Patients taking glucocorticoids long term are subject to an increased risk of fractures in the spine, hip, and other sites. It has been suggested that glucocorticoid-treated patients fracture at higher BMDs than other groups of patients, but this notion has been challenged. Needless to say, numerous patients who have had fractures while taking glucocorticoids have BMD measurements that are not extremely low. In such situations, it is important to recall that many of these patients may have had BMD values, prior to the onset of illness and glucocorticoid therapy, that were well above a T-score of –1. Since BMD determinations are often not done prior to the initiation of therapy, baseline BMD values are typically unknown.

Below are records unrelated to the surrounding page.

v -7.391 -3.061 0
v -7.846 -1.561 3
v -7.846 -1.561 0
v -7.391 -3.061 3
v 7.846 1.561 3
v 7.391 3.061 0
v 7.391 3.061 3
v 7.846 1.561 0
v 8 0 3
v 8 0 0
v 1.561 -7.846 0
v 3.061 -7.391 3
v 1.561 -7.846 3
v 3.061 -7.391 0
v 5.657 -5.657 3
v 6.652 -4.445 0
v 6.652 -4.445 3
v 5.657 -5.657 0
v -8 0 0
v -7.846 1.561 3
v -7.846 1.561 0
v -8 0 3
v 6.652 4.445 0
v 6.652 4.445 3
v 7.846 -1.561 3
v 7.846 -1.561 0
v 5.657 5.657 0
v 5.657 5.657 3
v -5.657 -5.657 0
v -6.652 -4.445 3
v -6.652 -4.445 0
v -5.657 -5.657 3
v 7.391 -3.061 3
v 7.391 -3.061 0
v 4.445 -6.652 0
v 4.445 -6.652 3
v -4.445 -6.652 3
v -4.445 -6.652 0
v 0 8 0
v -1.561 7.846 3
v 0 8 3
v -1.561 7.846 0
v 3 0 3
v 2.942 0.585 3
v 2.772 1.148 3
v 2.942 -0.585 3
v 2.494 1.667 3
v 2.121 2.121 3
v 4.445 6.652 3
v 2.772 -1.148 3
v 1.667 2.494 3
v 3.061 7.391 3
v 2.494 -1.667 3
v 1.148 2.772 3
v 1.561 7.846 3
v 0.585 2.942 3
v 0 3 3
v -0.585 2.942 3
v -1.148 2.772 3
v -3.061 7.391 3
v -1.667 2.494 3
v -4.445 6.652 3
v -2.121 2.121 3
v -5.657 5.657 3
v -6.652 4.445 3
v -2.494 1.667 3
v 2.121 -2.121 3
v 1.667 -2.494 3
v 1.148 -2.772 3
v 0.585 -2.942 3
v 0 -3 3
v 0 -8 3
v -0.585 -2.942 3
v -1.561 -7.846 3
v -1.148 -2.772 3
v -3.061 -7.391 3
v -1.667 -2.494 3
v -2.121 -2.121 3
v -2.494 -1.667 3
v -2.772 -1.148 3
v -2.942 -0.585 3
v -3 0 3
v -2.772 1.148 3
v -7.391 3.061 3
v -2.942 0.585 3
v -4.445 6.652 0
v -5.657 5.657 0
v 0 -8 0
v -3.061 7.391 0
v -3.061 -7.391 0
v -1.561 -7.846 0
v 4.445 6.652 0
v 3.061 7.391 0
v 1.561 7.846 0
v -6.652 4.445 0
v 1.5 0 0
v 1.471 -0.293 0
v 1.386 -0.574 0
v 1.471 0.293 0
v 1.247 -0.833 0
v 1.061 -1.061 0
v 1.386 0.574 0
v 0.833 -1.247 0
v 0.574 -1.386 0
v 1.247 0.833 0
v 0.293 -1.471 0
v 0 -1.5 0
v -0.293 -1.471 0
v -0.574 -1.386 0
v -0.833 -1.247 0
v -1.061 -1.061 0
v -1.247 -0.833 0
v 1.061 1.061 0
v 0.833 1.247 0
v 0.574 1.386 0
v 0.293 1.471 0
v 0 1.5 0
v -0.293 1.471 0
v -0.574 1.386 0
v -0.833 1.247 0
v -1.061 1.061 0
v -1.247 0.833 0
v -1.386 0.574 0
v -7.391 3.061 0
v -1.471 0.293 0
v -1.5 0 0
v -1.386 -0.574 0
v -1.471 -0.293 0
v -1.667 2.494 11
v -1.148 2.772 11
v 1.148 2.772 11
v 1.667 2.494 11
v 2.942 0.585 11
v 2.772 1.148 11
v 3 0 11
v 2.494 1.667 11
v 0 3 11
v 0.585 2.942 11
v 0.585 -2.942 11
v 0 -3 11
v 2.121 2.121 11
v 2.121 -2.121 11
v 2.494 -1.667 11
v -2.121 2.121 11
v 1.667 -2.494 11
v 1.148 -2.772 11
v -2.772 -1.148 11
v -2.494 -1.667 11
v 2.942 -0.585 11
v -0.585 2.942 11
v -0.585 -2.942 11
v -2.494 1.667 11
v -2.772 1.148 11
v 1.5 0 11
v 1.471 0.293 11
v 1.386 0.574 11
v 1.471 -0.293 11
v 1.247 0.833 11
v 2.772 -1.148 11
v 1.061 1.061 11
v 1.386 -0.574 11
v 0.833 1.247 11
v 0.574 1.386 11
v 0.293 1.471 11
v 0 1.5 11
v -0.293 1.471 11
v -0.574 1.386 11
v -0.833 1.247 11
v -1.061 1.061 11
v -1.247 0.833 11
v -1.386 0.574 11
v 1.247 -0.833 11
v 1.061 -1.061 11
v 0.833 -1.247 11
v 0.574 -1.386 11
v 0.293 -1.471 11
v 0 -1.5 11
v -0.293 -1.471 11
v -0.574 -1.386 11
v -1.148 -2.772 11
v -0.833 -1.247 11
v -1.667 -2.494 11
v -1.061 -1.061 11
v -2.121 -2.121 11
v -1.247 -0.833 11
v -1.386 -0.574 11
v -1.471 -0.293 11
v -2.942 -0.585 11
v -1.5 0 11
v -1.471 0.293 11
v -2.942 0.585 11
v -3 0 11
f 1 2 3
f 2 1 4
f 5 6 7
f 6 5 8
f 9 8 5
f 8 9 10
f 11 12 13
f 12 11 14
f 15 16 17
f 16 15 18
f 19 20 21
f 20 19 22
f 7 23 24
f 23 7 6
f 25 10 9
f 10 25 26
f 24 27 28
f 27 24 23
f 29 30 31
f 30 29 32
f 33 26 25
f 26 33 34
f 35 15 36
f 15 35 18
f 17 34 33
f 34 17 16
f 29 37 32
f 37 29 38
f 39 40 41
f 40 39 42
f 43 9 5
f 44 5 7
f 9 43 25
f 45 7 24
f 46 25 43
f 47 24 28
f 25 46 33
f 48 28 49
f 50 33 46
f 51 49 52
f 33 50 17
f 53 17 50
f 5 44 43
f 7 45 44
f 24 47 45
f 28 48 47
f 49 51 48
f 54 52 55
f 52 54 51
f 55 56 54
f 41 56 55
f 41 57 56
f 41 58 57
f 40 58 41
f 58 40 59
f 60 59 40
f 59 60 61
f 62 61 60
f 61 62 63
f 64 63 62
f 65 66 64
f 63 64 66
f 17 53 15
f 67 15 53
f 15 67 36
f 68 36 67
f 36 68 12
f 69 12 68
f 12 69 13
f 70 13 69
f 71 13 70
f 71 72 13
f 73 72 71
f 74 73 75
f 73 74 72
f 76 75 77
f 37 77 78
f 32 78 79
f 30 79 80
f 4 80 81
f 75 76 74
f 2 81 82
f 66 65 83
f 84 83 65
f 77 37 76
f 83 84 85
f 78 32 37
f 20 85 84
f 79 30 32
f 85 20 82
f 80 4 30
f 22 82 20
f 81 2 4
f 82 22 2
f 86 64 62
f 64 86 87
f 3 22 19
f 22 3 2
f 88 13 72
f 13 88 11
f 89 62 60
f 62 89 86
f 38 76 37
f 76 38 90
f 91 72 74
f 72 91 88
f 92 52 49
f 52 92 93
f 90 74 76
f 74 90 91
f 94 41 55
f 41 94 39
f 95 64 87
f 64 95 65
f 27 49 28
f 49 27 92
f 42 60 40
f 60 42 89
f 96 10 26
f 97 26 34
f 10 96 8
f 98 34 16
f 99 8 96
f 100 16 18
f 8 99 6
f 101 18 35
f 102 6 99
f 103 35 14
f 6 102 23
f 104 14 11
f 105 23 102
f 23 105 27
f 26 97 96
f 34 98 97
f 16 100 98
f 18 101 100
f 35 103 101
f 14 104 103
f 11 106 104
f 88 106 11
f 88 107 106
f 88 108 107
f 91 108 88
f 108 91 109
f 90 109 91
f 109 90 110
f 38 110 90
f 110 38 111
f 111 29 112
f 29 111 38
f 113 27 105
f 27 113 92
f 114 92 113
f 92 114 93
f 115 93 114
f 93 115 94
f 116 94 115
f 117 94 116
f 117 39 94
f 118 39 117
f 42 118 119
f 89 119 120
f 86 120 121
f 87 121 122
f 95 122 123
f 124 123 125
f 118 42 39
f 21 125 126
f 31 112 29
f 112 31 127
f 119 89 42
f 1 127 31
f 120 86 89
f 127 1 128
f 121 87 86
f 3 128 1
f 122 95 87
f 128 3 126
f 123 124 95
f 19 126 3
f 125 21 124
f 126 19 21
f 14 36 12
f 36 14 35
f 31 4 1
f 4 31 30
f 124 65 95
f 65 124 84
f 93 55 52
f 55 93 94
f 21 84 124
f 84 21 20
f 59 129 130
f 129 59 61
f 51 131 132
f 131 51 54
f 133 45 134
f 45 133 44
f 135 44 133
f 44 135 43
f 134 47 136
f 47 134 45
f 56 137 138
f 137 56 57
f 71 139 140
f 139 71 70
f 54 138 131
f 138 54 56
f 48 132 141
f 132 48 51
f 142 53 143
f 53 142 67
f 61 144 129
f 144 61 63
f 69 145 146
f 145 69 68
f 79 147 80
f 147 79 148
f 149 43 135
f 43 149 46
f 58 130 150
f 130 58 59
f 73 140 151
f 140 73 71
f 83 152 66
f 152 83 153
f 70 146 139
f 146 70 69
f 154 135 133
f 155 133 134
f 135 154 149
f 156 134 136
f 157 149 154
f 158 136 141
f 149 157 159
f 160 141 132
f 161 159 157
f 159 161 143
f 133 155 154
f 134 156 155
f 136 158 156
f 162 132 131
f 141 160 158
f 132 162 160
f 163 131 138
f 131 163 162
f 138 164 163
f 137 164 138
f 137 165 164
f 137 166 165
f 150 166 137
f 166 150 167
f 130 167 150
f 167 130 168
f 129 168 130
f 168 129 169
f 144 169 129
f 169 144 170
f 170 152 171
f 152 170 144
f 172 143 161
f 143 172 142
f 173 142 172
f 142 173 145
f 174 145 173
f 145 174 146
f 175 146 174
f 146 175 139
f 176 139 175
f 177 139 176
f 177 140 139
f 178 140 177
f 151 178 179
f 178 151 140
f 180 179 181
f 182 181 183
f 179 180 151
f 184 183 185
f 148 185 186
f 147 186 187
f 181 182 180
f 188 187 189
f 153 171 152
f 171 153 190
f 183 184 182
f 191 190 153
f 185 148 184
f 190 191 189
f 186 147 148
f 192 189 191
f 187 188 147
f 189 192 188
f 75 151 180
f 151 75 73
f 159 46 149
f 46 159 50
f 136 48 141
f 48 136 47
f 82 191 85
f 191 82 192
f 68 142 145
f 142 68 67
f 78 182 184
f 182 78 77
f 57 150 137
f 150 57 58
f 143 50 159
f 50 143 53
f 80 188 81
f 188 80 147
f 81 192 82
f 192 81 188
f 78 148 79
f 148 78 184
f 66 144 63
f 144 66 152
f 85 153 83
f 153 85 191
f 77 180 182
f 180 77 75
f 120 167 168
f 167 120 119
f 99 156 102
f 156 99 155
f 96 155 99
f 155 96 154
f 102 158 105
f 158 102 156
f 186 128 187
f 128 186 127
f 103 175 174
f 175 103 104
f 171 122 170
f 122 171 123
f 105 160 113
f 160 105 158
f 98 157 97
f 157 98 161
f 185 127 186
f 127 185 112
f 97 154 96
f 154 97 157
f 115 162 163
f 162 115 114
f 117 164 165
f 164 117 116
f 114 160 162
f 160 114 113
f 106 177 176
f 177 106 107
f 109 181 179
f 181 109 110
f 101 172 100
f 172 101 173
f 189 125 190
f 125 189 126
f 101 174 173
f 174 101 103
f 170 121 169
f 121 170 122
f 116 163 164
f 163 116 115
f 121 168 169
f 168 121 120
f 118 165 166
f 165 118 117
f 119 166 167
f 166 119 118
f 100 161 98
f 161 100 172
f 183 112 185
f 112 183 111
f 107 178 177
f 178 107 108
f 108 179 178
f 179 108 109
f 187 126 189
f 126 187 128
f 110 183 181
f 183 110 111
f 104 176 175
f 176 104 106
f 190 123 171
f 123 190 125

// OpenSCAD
$fn = 32;

// ----------------------------------------------------------------------
// Micro post: flanged post, 5-20 mm class
// ----------------------------------------------------------------------

// --- parameters (mm) ---
post_d = 6;               // post diameter
post_h = 8;               // post height above the flange
flange_d = 16;            // flange diameter
flange_t = 3;             // flange thickness
bore_d = 3;               // through bore

total_h = post_h + flange_t;  // overall height

difference() {
  union() {
    cylinder(h = flange_t, d = flange_d);
    translate([0, 0, flange_t]) cylinder(h = post_h, d = post_d);
  }
  translate([0, 0, -1]) cylinder(h = total_h + 2, d = bore_d);
}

The majority of patients receiving glucocorticoids are taking these drugs orally. Other routes of administration (inhaled, intranasal, or topical) are far less likely to have the deleterious skeletal consequences of oral therapy unless particularly high doses of long-acting glucocorticoid preparations are used. In addition, for unclear reasons, not all patients taking high doses of glucocorticoids suffer adverse skeletal consequences. As noted above, only 50% of patients receiving long-term glucocorticoid therapy experience bony complications. What protects the other patients remains unknown. It seems clear that the most vulnerable patients are postmenopausal women. Many of the diseases for which they receive glucocorticoids long term (eg, rheumatoid arthritis) are also especially deleterious to bone. Rheumatoid arthritis induces systemic as well as local (periarticular) bone loss. Therefore, the underlying disease is likely also to be an added risk to skeletal integrity.

Differential Diagnosis

The differential diagnosis of low bone mass or a low BMD measurement is narrow. It is either due to osteoporosis or osteomalacia. Any primary or secondary form of osteoporosis described in this chapter could cause this picture. Osteomalacia causes low bone mass or low BMD because the mineralization of the matrix is defective. Mineral content of the skeleton (not the protein content) is reduced in osteomalacia. A host of different conditions cause osteomalacia. These need to be considered seriously if there is any abnormality in the levels of serum calcium, phosphorus, alkaline phosphatase, or 25-hydroxyvitamin D. Patients with osteomalacia may also have bone pain, pathologic fractures, muscle weakness, and difficulty walking, especially when osteomalacia is moderate or severe and the diagnosis has been delayed. Because the disease is difficult to detect early in its course, the astute clinician must be aware of the manifestations of this less common bone disease and not ignore subtle clinical and laboratory features that hint at the presence of osteomalacia.


The essentials of management for most forms of osteoporosis include the following:

Lifestyle modifications. Nutritional interventions. Pharmacologic therapies.